12:32:55.397 3D + 2R + 1I = 6 DONE    : 5 ⚠ ☉ ☓   <SshJob ...
12:32:55.398 3D + 2R + 1I = 6 STARTING: 6 ⚠   ⚐   <SshJob ...

That should be interpreted as follows:

  • at that time (12:32:55) the running scheduler has
    • 3 done jobs
    • 2 running jobs
    • 1 idle job
    • which amounts to a total of 6 jobs
  • at that moment, job #5 has just completed,
  • and as a result, a millisecond later, job #6 has been started

Interrupting the Scheduler

Another simple trick is to replace a simple call to scheduler.Run() by the following idiom:

try:
    success = scheduler.run()
except KeyboardInterrupt:
    print("OOPS ! ")
    scheduler.debrief()
    exit(1)

This way when the execution hangs, you can interrupt it by typing Ctrl-C, which will dump the status of the various jobs, like e.g.:

^COOPS - current status
----- FINE
1 ⚠ ☉ ☓   <SshJob `rhubarbe leases --check`> OK
2 ⚠ ☉ ↺   <SshJob `RunScript: cefore.sh run-cefore-sim`> OK requires={1}
3 ⚠ ☉ ☓   <SshJob `RunScript: cefore.sh run-cefore-publisher`> OK requires={1}
4 ⚠ ☉ ☓   <PrintJob `settling for 15 seconds`> [[ -> None]] requires={1}
5 ⚠ ☉ ☓   <SshJob `cd NS3/sourc ...`> OK requires={4}
6 ⚠ ☉ ☓   <SshJob `Pull: remote path /root/NS3/source/ns-3-dce/files-2/tmp/OutFile into .`> OK requires={5}

where you can see that job #2 is still running.

Using the Service class

Very often, when an SshJob does not complete as you expect it to, it is because it starts background processes that do not properly daemonize.

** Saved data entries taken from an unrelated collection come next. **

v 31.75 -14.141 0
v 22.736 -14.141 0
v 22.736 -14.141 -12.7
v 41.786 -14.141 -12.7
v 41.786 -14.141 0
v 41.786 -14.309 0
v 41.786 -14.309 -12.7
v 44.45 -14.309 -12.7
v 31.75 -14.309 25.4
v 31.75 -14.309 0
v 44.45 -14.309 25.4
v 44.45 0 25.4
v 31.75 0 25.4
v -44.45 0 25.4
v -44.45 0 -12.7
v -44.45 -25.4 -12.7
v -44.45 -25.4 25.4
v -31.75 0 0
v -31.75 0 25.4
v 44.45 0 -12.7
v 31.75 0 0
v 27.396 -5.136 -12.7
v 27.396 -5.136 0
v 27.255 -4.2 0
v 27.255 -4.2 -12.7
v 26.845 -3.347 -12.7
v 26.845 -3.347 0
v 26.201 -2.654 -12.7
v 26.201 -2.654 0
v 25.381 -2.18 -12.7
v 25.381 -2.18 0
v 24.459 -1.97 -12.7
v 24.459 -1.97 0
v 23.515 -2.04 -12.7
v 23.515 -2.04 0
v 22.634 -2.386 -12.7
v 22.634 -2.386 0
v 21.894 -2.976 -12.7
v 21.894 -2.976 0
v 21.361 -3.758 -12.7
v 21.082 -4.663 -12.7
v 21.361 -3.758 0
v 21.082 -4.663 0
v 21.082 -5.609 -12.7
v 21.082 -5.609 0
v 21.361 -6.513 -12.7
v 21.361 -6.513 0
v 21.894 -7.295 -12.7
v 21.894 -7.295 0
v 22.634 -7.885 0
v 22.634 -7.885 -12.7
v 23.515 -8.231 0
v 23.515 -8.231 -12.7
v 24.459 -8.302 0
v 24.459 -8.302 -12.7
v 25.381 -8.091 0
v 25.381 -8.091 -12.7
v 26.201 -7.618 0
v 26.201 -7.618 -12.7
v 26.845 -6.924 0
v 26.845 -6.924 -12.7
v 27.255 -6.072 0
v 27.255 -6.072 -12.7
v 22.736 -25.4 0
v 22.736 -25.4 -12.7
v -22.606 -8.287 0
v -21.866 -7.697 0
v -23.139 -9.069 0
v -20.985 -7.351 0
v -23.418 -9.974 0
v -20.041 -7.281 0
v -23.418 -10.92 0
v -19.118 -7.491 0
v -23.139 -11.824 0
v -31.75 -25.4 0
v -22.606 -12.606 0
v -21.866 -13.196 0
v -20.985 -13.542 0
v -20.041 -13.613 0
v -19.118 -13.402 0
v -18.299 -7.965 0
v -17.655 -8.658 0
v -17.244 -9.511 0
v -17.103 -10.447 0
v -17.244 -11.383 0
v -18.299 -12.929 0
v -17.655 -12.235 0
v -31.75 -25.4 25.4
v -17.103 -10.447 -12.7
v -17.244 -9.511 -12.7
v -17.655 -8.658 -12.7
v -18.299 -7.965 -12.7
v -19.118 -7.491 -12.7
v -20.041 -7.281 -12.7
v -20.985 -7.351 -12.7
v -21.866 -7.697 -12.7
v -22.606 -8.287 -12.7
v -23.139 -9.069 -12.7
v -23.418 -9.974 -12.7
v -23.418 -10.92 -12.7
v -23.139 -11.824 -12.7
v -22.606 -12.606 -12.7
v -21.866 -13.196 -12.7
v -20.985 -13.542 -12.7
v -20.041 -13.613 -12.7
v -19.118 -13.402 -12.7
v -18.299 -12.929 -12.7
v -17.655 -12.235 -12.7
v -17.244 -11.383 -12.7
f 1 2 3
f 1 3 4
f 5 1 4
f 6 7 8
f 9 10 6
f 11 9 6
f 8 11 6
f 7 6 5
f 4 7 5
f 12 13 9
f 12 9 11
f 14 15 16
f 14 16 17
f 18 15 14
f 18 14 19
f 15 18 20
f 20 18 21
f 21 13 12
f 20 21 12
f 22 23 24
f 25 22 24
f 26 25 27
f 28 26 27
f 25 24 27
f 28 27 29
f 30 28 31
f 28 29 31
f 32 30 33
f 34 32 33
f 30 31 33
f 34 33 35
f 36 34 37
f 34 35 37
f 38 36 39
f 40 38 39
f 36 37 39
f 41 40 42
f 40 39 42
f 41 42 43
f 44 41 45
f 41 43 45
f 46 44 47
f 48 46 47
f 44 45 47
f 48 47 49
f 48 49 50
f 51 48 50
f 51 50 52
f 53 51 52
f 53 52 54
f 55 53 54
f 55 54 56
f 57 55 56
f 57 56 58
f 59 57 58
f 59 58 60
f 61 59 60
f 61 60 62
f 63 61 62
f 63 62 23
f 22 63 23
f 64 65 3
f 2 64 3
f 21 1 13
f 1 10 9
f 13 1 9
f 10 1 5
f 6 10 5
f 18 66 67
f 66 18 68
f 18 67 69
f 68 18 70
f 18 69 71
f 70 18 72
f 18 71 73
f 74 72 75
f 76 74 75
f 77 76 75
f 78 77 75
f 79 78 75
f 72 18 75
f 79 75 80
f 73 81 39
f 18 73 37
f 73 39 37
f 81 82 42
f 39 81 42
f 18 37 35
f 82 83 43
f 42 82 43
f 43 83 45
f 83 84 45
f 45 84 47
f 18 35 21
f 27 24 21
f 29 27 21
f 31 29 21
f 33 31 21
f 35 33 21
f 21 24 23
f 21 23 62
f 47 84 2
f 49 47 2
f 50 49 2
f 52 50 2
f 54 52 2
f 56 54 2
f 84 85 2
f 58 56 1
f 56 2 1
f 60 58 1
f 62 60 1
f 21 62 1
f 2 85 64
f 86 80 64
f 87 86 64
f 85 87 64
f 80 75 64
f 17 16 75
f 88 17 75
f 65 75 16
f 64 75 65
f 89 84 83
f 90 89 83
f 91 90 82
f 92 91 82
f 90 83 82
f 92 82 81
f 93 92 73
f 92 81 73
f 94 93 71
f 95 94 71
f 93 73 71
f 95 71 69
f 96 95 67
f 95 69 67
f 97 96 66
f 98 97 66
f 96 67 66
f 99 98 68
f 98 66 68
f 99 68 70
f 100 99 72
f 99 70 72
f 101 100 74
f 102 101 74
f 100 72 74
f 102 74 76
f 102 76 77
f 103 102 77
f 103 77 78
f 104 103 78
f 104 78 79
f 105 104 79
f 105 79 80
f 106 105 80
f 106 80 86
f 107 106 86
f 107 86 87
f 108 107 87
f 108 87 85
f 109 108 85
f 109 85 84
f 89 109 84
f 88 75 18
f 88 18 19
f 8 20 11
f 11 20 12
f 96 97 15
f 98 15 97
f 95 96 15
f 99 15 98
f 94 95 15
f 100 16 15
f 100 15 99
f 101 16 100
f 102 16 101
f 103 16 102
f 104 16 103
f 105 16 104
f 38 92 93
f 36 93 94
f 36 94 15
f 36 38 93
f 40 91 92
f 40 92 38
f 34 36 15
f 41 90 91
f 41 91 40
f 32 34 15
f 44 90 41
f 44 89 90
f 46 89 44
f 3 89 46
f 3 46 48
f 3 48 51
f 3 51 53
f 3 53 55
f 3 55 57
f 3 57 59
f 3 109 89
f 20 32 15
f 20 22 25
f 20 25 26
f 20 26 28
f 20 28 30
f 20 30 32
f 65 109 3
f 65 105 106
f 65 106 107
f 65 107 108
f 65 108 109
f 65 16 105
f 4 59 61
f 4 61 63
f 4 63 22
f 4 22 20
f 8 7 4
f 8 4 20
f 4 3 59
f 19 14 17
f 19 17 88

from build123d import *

# Parameters (mm, degrees)
F0_W      = 88.9
F0_H      = 50.8
F1_DEPTH  = 25.4
F2_W      = 63.5
F2_H      = 25.4
F3_DEPTH  = 25.401
F4_W      = 88.9
F4_H      = 12.7
F5_DEPTH  = 25.401
F8_W      = 19.05
F8_H      = 11.447972618
F9_DEPTH  = 12.701
F10_W     = 12.7
F10_H     = 11.090603964
F11_DEPTH = 38.101
F12_R     = 3.175
F14_DEPTH = 12.701
F13_R     = 3.175
F15_DEPTH = 12.701


# Not quite as in the source:
# - a feature of the source that left no trace in its solid (it failed there, or was rolled back) is left out


with BuildPart() as f1:
    # F0 (on Front) → F1 (new body)
    with BuildSketch(Plane.XZ):
        Rectangle(F0_W, F0_H)
    extrude(amount=F1_DEPTH)

    # F2 (on face) → F3 (cut, through all)
    with BuildSketch(Plane.XZ.offset(25.4)):
        with Locations((0, 12.7)):
            Rectangle(F2_W, F2_H)
    extrude(amount=-F3_DEPTH, mode=Mode.SUBTRACT)

    # F4 (on face) → F5 (cut, through all)
    with BuildSketch(Plane.XZ.offset(25.4)):
        with Locations((0, -19.05)):
            Rectangle(F4_W, F4_H)
    extrude(amount=-F5_DEPTH, mode=Mode.SUBTRACT)

    # F8 (on face) → F9 (cut, through all)
    with BuildSketch(Plane.XY):
        with Locations((32.2608303964, -19.8649899103)):
            Rectangle(F8_W, F8_H)
    extrude(amount=-F9_DEPTH, mode=Mode.SUBTRACT)

    # F10 (on face) → F11 (cut, through all)
    with BuildSketch(Plane.XY.offset(25.4)):
        with Locations((38.1, -19.854698018)):
            Rectangle(F10_W, F10_H)
    extrude(amount=-F11_DEPTH, mode=Mode.SUBTRACT)

    # F12 (on face) → F14 (cut, through all)
    with BuildSketch(Plane.XY):
        with Locations((24.2214165628, -5.1358360797)):
            Circle(F12_R)
    extrude(amount=-F14_DEPTH, mode=Mode.SUBTRACT)

    # F13 (on face) → F15 (cut, through all)
    with BuildSketch(Plane.XY):
        with Locations((-20.2783960849, -10.4468446225)):
            Circle(F13_R)
    extrude(amount=-F15_DEPTH, mode=Mode.SUBTRACT)


solid = f1.part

When the remote process still has an open std channel (in, out or err) open, the session will cowardly refuse to hang up in the fear to lose such information.

In order to ease the management of such service-oriented activities, the apssh library comes with a Service class, that leverages the now general availability of systemd on all the major linux distributions, as an attempt to provide easier and more robust path.

Please see the Service class documentation for more details.